FXstreet.com (Barcelona) - The USD/JPY has suffered steep losses over the last few days, with many analysts pointing towards the Bank of Japan’s decision to keep current monetary policy unchanged at their most meeting as a main reason for the declines. However, not all analysts are so sure about this, with some saying the global risk aversion theme and sharp declines in the equity market have also had an effect on the USD/JPY as previous ‘risk on’ trades being to unwind.

Derek Halpenny, European Head of Global Markets Research at Bank of Tokyo Mitsubishi UFJ discussed some of his thoughts on the recent sharp declines in USD/JPY. “The yen advanced significantly yesterday with most citing the BOJ unchanged monetary policy decision as a key factor. However, we are not sure the USD/JPY rate would be at a greatly different level from where we are now if the BOJ had changed its stance and provided additional liquidity in order to help stabilise the JGB market. So, really, the yen move was more about the global risk aversion that intensified again yesterday rather than disappointment with the BOJ’s unchanged monetary stance,” Halpenny added.

In further discussing his views, Halpenny went on to mention a few other reasons (other than BoJ policy) he believes the pair had risen so sharply since last fall, noting improvement in risk appetite due to improving economic data as a supporting catalyst. “The surge in USD/JPY has of course been predominantly about ‘Abenomics’ but it is important to remember that the gradual improvement in the US economy and favourable global financial market conditions induced in Europe by OMT by the ECB also played roles in lifting USD/JPY from November last year.” In concluding his views Halpenny stated, “We are now in the most unsettled financial market conditions since last summer and with ‘Abenomics’ under scrutiny with doubts over the credibility of the third arrow, a sharp unwind of yen short positions has been triggered.”

Sean Lee of FXWW was giving his take on the recent volatility in USD/JPY, noting the bears are still in control at the moment but the longer term uptrend off the lows from November remains intact. “Bearish momentum is very strong at the moment but bulls shouldn’t give up hope as they have the strong long-term trend in their favour,” Lee commented.

In further discussing his view, Lee went on to add, “If you can remember back to the extreme volatility we had after the BOJ April meeting? I remember it well because I was short going in to it and managed to buy those back at 93.40 just after the statement was announced. Clever move indeed, but not clever enough to go long as it rallied 1000 pips from there.” Lee later went on to mention he believes the 93.00/93.50 area will be an critical support for the bulls to hold in order to help keep the longer term uptrend intact.

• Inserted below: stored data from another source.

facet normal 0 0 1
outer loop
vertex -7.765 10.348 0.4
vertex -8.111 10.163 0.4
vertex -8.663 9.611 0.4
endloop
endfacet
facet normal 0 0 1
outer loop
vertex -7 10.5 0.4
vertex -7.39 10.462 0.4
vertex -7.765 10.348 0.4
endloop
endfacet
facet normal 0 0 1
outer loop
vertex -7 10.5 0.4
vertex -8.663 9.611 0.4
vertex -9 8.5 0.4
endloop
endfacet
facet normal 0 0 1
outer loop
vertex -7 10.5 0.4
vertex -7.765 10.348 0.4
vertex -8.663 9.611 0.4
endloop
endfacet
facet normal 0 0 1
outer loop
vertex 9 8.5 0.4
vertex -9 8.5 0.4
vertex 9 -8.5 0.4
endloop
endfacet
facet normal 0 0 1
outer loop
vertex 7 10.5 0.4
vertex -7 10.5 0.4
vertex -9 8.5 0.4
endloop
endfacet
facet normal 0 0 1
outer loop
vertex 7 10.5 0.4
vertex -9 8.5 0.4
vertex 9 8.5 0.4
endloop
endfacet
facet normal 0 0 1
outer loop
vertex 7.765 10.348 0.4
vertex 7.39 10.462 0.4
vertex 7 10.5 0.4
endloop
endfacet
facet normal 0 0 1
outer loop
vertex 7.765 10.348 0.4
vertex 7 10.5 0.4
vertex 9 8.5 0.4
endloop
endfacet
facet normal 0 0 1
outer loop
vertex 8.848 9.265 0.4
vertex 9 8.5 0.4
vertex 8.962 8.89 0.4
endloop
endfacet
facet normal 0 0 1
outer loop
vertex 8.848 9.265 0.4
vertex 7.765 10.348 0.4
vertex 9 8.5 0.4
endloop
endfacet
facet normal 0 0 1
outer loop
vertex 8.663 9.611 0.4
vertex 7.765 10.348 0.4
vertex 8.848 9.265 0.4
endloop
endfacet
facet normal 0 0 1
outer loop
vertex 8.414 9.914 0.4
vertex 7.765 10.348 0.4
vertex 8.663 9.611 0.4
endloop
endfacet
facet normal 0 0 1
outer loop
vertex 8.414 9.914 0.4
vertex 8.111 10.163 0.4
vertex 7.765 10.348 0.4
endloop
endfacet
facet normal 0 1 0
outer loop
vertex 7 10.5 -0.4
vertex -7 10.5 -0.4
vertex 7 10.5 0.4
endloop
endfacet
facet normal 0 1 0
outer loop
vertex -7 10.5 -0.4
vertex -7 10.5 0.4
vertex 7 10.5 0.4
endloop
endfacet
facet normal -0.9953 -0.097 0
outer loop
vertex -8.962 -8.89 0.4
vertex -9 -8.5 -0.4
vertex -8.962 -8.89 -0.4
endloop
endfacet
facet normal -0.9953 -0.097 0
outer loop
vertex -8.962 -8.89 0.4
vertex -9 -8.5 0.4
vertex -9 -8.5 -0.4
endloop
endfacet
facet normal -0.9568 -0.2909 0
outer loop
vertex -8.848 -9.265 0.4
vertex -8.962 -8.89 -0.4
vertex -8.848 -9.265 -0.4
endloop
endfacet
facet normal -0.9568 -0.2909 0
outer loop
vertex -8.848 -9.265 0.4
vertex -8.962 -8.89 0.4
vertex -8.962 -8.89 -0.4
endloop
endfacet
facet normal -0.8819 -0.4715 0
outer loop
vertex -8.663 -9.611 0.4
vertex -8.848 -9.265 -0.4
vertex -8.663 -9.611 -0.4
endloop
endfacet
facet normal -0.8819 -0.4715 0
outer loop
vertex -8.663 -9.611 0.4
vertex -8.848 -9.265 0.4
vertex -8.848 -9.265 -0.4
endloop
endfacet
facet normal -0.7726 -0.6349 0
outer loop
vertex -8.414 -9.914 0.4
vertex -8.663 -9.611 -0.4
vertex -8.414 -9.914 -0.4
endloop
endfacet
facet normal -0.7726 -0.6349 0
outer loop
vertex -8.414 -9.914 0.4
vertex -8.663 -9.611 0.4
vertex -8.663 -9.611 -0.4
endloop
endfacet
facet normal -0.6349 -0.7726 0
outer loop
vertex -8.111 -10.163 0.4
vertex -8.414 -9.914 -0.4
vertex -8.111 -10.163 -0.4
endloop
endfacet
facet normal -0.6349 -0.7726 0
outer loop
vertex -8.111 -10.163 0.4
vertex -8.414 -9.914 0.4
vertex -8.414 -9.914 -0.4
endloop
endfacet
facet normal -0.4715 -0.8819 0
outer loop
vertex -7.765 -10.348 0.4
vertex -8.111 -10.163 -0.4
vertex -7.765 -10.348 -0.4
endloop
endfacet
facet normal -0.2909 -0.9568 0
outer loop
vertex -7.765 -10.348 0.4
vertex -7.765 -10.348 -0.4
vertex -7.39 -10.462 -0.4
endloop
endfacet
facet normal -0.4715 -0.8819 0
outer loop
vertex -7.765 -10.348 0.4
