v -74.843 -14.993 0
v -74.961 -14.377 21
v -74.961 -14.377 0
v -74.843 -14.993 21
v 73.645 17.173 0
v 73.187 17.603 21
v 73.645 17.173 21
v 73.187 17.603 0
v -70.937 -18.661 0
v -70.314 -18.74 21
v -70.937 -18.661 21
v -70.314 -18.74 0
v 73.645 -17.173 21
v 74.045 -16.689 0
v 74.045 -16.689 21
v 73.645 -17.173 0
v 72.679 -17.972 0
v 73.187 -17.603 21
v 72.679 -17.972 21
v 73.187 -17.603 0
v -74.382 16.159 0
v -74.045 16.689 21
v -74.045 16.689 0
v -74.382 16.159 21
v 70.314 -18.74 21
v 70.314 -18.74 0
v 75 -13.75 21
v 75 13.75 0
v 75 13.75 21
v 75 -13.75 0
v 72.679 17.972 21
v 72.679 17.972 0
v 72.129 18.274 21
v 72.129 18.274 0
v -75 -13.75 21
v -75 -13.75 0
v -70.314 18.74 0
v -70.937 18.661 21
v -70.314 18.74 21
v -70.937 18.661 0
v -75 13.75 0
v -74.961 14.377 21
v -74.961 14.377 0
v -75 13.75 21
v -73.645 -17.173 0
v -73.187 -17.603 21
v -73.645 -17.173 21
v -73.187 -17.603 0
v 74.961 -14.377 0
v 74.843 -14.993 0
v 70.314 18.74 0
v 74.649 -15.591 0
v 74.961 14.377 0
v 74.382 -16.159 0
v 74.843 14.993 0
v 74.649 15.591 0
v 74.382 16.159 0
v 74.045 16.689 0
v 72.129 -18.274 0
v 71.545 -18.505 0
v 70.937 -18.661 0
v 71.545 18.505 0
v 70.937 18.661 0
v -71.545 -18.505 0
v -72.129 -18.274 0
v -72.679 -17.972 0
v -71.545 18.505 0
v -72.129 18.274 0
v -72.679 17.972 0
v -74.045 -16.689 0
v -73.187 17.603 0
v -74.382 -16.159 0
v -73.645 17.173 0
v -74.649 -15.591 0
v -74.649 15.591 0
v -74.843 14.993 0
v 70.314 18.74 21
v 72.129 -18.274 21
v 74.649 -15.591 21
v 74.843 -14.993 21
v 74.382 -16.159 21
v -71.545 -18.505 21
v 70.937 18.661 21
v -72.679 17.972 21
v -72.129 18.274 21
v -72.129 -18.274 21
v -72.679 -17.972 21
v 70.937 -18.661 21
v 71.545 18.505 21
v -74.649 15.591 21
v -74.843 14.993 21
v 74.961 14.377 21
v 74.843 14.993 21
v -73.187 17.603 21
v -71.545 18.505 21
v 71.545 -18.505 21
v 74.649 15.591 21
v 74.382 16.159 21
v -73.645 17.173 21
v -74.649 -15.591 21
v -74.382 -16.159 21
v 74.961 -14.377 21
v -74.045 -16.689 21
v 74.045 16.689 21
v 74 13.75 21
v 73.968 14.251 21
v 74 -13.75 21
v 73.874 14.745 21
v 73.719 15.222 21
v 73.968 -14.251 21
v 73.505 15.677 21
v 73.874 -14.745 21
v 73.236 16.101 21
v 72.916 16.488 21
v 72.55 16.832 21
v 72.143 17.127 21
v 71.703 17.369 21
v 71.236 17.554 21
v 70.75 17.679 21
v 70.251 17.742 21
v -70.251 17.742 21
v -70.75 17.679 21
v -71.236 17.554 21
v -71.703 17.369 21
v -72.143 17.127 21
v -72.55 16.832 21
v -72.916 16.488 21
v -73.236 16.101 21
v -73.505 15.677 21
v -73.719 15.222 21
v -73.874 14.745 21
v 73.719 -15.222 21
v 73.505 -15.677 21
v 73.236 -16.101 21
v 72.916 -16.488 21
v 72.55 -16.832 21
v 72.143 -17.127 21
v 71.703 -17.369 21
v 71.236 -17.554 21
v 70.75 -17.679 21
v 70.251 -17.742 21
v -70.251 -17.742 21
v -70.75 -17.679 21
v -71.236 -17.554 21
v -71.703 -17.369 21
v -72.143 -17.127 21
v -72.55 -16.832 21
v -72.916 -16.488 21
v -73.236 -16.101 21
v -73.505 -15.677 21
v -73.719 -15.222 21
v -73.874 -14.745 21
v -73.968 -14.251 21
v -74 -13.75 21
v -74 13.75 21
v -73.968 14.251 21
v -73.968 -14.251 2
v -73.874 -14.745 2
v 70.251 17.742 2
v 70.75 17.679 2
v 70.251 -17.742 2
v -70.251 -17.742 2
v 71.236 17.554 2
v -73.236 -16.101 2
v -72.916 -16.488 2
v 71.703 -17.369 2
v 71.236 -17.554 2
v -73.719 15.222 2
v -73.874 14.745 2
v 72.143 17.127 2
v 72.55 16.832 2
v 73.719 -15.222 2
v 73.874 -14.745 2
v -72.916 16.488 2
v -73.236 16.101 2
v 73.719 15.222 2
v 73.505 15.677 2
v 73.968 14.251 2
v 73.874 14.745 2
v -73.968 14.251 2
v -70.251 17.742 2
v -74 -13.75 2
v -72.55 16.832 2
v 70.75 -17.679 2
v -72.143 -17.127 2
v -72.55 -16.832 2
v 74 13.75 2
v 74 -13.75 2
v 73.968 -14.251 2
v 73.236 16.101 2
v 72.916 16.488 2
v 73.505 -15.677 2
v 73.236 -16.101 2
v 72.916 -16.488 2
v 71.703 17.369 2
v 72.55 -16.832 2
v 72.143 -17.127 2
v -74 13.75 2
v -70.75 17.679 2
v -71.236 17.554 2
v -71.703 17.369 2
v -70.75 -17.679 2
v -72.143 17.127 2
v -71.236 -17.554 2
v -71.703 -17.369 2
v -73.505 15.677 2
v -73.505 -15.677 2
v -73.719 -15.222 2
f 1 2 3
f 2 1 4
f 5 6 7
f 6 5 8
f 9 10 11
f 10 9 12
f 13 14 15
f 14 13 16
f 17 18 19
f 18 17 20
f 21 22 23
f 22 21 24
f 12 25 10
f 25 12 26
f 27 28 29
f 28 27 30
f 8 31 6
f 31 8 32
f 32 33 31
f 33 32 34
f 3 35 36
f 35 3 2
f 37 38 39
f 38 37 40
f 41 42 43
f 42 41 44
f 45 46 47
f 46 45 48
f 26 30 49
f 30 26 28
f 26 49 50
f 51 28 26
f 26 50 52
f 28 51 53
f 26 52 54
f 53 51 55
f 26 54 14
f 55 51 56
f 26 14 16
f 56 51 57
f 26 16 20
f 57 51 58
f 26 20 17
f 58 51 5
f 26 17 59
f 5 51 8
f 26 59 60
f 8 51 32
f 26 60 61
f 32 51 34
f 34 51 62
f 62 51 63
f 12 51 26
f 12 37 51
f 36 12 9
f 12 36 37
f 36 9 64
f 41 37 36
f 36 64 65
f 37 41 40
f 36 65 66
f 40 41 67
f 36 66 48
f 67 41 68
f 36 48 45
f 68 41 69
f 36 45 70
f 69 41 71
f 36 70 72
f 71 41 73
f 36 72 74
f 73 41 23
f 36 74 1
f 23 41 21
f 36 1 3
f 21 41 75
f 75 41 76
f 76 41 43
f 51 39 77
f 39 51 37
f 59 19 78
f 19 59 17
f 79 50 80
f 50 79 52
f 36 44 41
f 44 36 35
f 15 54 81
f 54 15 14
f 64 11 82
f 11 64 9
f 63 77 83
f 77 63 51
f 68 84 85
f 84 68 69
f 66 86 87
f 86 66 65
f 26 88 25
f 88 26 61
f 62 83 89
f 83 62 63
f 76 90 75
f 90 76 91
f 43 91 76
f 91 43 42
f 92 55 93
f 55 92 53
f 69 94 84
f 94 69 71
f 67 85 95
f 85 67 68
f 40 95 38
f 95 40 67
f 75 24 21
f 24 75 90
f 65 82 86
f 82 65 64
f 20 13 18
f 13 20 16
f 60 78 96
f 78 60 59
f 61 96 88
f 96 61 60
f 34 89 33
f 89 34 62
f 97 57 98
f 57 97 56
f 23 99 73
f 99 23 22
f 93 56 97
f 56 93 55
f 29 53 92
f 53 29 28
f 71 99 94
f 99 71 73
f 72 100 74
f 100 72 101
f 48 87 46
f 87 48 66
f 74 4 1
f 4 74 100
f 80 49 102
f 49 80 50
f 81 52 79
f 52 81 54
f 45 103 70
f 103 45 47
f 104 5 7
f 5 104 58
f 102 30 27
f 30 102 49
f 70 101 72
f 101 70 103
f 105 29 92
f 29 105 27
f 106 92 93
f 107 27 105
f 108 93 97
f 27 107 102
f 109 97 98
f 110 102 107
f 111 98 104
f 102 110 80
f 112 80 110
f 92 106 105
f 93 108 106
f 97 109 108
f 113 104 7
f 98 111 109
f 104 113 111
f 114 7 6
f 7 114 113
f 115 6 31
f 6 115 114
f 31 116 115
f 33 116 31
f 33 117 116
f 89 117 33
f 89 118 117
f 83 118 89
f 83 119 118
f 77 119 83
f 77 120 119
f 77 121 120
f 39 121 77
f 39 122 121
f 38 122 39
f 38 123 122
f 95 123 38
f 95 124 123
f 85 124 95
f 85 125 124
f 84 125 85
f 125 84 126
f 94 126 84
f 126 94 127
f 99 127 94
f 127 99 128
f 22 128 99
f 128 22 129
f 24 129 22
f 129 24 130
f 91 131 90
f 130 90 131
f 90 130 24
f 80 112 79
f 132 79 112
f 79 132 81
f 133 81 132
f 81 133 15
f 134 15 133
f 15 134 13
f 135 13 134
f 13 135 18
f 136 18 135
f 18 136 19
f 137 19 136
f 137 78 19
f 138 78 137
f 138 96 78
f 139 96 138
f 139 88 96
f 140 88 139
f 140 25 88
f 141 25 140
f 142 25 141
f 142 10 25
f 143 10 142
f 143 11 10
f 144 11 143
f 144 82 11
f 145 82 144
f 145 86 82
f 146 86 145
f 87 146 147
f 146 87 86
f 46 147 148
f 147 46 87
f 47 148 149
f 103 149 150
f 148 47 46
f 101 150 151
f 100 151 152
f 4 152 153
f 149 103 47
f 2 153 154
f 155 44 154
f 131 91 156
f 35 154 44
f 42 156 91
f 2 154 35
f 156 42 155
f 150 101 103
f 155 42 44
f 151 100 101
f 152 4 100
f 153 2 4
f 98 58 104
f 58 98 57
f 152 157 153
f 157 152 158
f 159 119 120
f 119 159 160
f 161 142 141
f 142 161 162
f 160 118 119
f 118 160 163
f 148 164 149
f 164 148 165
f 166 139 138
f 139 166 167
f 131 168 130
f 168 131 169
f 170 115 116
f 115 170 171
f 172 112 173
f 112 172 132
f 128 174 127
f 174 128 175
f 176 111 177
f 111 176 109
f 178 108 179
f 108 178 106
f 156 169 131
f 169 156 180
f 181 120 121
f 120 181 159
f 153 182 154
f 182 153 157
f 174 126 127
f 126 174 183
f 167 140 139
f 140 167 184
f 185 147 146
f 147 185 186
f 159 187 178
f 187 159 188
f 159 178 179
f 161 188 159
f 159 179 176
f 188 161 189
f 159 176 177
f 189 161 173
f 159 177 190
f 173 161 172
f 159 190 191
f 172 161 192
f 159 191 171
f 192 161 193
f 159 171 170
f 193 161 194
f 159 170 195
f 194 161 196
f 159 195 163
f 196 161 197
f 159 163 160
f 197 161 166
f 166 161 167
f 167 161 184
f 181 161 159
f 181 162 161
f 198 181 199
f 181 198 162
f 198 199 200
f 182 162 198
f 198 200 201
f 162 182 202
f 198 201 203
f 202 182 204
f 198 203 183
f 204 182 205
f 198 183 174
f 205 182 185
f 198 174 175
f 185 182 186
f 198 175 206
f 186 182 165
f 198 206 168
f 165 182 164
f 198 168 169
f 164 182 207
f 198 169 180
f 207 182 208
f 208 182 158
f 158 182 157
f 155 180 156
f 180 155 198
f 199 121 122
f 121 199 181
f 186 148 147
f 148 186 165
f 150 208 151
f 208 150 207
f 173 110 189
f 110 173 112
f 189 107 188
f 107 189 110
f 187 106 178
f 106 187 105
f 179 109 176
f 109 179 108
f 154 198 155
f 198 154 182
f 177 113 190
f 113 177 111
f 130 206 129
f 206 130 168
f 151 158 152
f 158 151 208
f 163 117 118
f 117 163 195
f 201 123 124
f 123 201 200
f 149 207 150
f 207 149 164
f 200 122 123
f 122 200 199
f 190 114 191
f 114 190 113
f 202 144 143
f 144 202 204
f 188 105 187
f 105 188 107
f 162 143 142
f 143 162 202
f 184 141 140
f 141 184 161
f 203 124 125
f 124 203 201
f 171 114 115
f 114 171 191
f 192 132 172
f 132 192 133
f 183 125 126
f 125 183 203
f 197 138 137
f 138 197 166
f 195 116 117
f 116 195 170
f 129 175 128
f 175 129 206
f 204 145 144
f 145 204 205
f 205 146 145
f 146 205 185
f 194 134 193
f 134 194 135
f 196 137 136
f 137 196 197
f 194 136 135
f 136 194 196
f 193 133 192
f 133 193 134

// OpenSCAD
$fn = 50;


difference() {
	union() {
		hull() {
			translate(v = [-70.0000000000, 13.7500000000, 0]) {
				cylinder(h = 21, r = 5);
			}
			translate(v = [70.0000000000, 13.7500000000, 0]) {
				cylinder(h = 21, r = 5);
			}
			translate(v = [-70.0000000000, -13.7500000000, 0]) {
				cylinder(h = 21, r = 5);
			}
			translate(v = [70.0000000000, -13.7500000000, 0]) {
				cylinder(h = 21, r = 5);
			}
		}
	}
	union() {
		translate(v = [0, 0, 2]) {
			hull() {
				translate(v = [-70.0000000000, 13.7500000000, 0]) {
					cylinder(h = 19, r = 4);
				}
				translate(v = [70.0000000000, 13.7500000000, 0]) {
					cylinder(h = 19, r = 4);
				}
				translate(v = [-70.0000000000, -13.7500000000, 0]) {
					cylinder(h = 19, r = 4);
				}
				translate(v = [70.0000000000, -13.7500000000, 0]) {
					cylinder(h = 19, r = 4);
				}
			}
		}
	}
}
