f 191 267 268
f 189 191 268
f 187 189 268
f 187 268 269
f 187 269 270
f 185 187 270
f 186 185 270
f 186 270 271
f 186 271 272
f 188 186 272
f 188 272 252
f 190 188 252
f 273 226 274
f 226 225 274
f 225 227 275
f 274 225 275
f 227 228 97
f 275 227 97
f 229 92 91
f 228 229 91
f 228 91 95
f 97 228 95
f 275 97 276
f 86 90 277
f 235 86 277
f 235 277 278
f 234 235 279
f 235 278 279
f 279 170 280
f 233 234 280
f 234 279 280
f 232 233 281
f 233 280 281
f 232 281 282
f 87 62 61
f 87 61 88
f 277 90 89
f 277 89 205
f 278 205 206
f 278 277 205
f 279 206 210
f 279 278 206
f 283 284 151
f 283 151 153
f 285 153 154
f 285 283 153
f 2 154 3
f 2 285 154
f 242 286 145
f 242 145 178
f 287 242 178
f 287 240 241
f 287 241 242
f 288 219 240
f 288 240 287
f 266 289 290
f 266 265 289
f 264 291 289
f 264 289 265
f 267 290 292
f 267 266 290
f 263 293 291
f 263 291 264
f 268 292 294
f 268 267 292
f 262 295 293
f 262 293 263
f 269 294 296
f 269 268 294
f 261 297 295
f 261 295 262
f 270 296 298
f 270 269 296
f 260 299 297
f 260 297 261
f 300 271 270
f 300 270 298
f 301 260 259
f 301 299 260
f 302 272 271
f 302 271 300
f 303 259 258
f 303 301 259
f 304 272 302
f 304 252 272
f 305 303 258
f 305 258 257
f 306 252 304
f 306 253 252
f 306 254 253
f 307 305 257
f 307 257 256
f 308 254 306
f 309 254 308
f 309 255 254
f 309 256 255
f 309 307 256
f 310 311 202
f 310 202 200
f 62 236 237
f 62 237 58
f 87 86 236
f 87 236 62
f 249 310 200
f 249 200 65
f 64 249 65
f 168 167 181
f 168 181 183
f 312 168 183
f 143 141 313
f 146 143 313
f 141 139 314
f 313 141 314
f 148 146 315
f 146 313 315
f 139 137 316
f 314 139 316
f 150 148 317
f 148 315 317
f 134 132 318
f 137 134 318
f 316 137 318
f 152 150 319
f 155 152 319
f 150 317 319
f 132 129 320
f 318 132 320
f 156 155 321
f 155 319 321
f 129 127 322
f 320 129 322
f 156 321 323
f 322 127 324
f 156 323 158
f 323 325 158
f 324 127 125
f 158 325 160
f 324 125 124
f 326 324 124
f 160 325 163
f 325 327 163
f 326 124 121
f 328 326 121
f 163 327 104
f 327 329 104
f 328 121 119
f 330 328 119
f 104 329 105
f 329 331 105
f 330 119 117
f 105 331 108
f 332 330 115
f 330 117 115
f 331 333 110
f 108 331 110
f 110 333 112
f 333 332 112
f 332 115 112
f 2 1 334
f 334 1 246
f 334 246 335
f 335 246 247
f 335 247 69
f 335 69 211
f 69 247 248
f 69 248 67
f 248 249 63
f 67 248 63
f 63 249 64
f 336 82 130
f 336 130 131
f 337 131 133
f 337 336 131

Fan Yang,CMT, Chief Technical Strategist at FXtimes went on to share some of this recent technical views, with a particular focus on recent developments from shorter term time frame charts. Yang commented, “The 1H chart shows a market that was in a small flag consolidation since late 6/11 – early 6/12 session. As the 6/12 US session began, it fell below the mini-correction pattern, and the market could be extending the bearish swing that came down from around the 99.00 handle. “ Yang later went on to comment the above price action followed the BOJ’s recent decision, and in his view is beginning to look like a market making a transition from bullish to bearish.

In further discussing his view, Yang moved on to discuss a few levels market participants should keep an eye on over the next few sessions. “The June low is just below 95.00, and price action looks like it wants to test it. If it holds again, we might consider this to be this year’s support. Otherwise, a break below 95.00 opens up the 93.00 handle, 92.96 (38.2% retracement), down to the 92.55 support pivot in the short-term (refer to the daily chart), “Yang concluded

From a longer term technical perspective, there is no doubt the recent sharp declines has helped deteriorate the strong technical set up which use to exist on the USD/JPY daily chart. For example, price has not traded above either the 9 or 20 dma’s since back on May 30th when the pair was still above 100.00. Furthermore, the 9dma has made a bearish cross below both the 20dma and 50dma, indicating selling pressure may continue to increase as important support levels are taken out. From a momentum perspective, the RSI (14) broke below the 40 level (on June 6th), indicating a bearish momentum shift had taken place. This was the first bearish momentum shift the RSI had completed on the daily chart since September 2012. To conclude, all of the above mentioned technical developments may continue to help fuel a sell the rally mentality as we progress throughout the month.